Nothing but the data itself, reproduced exactly, is the expected answer.

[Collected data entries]

+---+

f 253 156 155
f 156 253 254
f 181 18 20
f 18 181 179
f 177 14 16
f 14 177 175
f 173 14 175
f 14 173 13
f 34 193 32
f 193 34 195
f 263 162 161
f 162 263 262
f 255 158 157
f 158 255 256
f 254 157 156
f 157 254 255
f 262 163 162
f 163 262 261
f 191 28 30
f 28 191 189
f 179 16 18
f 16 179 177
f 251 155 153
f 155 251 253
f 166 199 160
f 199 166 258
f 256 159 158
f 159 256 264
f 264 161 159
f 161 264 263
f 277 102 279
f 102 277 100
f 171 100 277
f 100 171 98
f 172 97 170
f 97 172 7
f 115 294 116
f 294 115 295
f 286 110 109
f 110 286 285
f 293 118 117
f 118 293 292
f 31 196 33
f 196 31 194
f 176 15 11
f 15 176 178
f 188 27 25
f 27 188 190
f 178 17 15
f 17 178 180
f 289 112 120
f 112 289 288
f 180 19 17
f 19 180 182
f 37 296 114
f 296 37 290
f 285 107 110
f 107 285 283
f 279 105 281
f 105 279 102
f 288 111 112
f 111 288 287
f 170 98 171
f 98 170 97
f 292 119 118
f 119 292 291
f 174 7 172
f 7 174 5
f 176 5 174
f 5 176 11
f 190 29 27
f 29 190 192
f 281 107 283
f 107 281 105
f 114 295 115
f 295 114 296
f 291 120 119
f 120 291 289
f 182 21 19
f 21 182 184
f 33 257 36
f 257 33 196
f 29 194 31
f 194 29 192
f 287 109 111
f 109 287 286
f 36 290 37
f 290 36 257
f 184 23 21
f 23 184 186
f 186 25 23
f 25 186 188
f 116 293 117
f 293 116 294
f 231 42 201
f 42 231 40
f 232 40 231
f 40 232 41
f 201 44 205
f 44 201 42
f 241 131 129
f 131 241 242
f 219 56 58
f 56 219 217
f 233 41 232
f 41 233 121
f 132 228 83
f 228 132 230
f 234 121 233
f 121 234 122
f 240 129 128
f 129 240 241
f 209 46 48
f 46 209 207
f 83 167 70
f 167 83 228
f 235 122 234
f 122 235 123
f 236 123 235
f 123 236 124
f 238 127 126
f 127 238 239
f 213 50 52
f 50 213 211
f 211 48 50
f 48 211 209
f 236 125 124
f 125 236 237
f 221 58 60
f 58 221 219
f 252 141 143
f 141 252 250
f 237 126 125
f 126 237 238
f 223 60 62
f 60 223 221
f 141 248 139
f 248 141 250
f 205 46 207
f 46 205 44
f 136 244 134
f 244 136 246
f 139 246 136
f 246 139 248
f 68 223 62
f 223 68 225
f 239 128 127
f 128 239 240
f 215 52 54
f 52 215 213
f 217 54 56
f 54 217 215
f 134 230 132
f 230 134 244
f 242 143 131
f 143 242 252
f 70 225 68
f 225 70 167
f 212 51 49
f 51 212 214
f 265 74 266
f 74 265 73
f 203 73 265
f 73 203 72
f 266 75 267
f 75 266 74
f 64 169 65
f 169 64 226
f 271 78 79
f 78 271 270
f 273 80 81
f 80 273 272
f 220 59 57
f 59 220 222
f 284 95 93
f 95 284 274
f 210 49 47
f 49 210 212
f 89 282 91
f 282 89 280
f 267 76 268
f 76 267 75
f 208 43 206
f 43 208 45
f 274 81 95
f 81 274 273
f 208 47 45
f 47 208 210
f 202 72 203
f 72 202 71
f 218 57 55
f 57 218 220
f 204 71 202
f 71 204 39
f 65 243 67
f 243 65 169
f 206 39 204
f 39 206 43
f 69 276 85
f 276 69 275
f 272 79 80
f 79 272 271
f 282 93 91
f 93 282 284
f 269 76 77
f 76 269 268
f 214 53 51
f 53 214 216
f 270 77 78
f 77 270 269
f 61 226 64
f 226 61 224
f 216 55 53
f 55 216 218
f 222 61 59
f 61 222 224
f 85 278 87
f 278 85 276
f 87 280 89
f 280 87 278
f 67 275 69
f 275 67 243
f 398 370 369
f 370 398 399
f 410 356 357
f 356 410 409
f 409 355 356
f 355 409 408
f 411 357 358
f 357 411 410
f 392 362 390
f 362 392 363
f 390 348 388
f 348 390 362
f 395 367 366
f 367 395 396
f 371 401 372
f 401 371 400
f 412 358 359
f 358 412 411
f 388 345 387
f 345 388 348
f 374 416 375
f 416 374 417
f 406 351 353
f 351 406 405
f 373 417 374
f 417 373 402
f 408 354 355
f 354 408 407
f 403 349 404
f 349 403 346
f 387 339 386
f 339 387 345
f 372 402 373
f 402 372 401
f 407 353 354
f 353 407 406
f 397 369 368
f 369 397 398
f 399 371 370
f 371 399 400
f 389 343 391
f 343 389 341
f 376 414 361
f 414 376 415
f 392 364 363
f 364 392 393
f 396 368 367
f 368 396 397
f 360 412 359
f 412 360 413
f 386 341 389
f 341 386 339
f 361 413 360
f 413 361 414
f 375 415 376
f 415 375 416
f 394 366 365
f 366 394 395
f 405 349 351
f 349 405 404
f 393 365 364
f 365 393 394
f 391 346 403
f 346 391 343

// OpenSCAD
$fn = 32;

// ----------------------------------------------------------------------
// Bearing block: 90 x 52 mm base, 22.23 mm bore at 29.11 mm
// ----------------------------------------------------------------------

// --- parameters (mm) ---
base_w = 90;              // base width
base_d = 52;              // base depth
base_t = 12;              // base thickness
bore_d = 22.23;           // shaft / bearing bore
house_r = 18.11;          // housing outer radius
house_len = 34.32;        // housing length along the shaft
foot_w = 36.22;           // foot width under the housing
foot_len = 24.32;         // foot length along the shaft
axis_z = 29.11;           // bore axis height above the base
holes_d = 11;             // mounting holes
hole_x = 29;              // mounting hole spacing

+---+

RESPONSE TO THE EXERCISE:
f 253 156 155
f 156 253 254
f 181 18 20
f 18 181 179
f 177 14 16
f 14 177 175
f 173 14 175
f 14 173 13
f 34 193 32
f 193 34 195
f 263 162 161
f 162 263 262
f 255 158 157
f 158 255 256
f 254 157 156
f 157 254 255
f 262 163 162
f 163 262 261
f 191 28 30
f 28 191 189
f 179 16 18
f 16 179 177
f 251 155 153
f 155 251 253
f 166 199 160
f 199 166 258
f 256 159 158
f 159 256 264
f 264 161 159
f 161 264 263
f 277 102 279
f 102 277 100
f 171 100 277
f 100 171 98
f 172 97 170
f 97 172 7
f 115 294 116
f 294 115 295
f 286 110 109
f 110 286 285
f 293 118 117
f 118 293 292
f 31 196 33
f 196 31 194
f 176 15 11
f 15 176 178
f 188 27 25
f 27 188 190
f 178 17 15
f 17 178 180
f 289 112 120
f 112 289 288
f 180 19 17
f 19 180 182
f 37 296 114
f 296 37 290
f 285 107 110
f 107 285 283
f 279 105 281
f 105 279 102
f 288 111 112
f 111 288 287
f 170 98 171
f 98 170 97
f 292 119 118
f 119 292 291
f 174 7 172
f 7 174 5
f 176 5 174
f 5 176 11
f 190 29 27
f 29 190 192
f 281 107 283
f 107 281 105
f 114 295 115
f 295 114 296
f 291 120 119
f 120 291 289
f 182 21 19
f 21 182 184
f 33 257 36
f 257 33 196
f 29 194 31
f 194 29 192
f 287 109 111
f 109 287 286
f 36 290 37
f 290 36 257
f 184 23 21
f 23 184 186
f 186 25 23
f 25 186 188
f 116 293 117
f 293 116 294
f 231 42 201
f 42 231 40
f 232 40 231
f 40 232 41
f 201 44 205
f 44 201 42
f 241 131 129
f 131 241 242
f 219 56 58
f 56 219 217
f 233 41 232
f 41 233 121
f 132 228 83
f 228 132 230
f 234 121 233
f 121 234 122
f 240 129 128
f 129 240 241
f 209 46 48
f 46 209 207
f 83 167 70
f 167 83 228
f 235 122 234
f 122 235 123
f 236 123 235
f 123 236 124
f 238 127 126
f 127 238 239
f 213 50 52
f 50 213 211
f 211 48 50
f 48 211 209
f 236 125 124
f 125 236 237
f 221 58 60
f 58 221 219
f 252 141 143
f 141 252 250
f 237 126 125
f 126 237 238
f 223 60 62
f 60 223 221
f 141 248 139
f 248 141 250
f 205 46 207
f 46 205 44
f 136 244 134
f 244 136 246
f 139 246 136
f 246 139 248
f 68 223 62
f 223 68 225
f 239 128 127
f 128 239 240
f 215 52 54
f 52 215 213
f 217 54 56
f 54 217 215
f 134 230 132
f 230 134 244
f 242 143 131
f 143 242 252
f 70 225 68
f 225 70 167
f 212 51 49
f 51 212 214
f 265 74 266
f 74 265 73
f 203 73 265
f 73 203 72
f 266 75 267
f 75 266 74
f 64 169 65
f 169 64 226
f 271 78 79
f 78 271 270
f 273 80 81
f 80 273 272
f 220 59 57
f 59 220 222
f 284 95 93
f 95 284 274
f 210 49 47
f 49 210 212
f 89 282 91
f 282 89 280
f 267 76 268
f 76 267 75
f 208 43 206
f 43 208 45
f 274 81 95
f 81 274 273
f 208 47 45
f 47 208 210
f 202 72 203
f 72 202 71
f 218 57 55
f 57 218 220
f 204 71 202
f 71 204 39
f 65 243 67
f 243 65 169
f 206 39 204
f 39 206 43
f 69 276 85
f 276 69 275
f 272 79 80
f 79 272 271
f 282 93 91
f 93 282 284
f 269 76 77
f 76 269 268
f 214 53 51
f 53 214 216
f 270 77 78
f 77 270 269
f 61 226 64
f 226 61 224
f 216 55 53
f 55 216 218
f 222 61 59
f 61 222 224
f 85 278 87
f 278 85 276
f 87 280 89
f 280 87 278
f 67 275 69
f 275 67 243
f 398 370 369
f 370 398 399
f 410 356 357
f 356 410 409
f 409 355 356
f 355 409 408
f 411 357 358
f 357 411 410
f 392 362 390
f 362 392 363
f 390 348 388
f 348 390 362
f 395 367 366
f 367 395 396
f 371 401 372
f 401 371 400
f 412 358 359
f 358 412 411
f 388 345 387
f 345 388 348
f 374 416 375
f 416 374 417
f 406 351 353
f 351 406 405
f 373 417 374
f 417 373 402
f 408 354 355
f 354 408 407
f 403 349 404
f 349 403 346
f 387 339 386
f 339 387 345
f 372 402 373
f 402 372 401
f 407 353 354
f 353 407 406
f 397 369 368
f 369 397 398
f 399 371 370
f 371 399 400
f 389 343 391
f 343 389 341
f 376 414 361
f 414 376 415
f 392 364 363
f 364 392 393
f 396 368 367
f 368 396 397
f 360 412 359
f 412 360 413
f 386 341 389
f 341 386 339
f 361 413 360
f 413 361 414
f 375 415 376
f 415 375 416
f 394 366 365
f 366 394 395
f 405 349 351
f 349 405 404
f 393 365 364
f 365 393 394
f 391 346 403
f 346 391 343

// OpenSCAD
$fn = 32;

// ----------------------------------------------------------------------
// Bearing block: 90 x 52 mm base, 22.23 mm bore at 29.11 mm
// ----------------------------------------------------------------------

// --- parameters (mm) ---
base_w = 90;              // base width
base_d = 52;              // base depth
base_t = 12;              // base thickness
bore_d = 22.23;           // shaft / bearing bore
house_r = 18.11;          // housing outer radius
house_len = 34.32;        // housing length along the shaft
foot_w = 36.22;           // foot width under the housing
foot_len = 24.32;         // foot length along the shaft
axis_z = 29.11;           // bore axis height above the base
holes_d = 11;             // mounting holes
hole_x = 29;              // mounting hole spacing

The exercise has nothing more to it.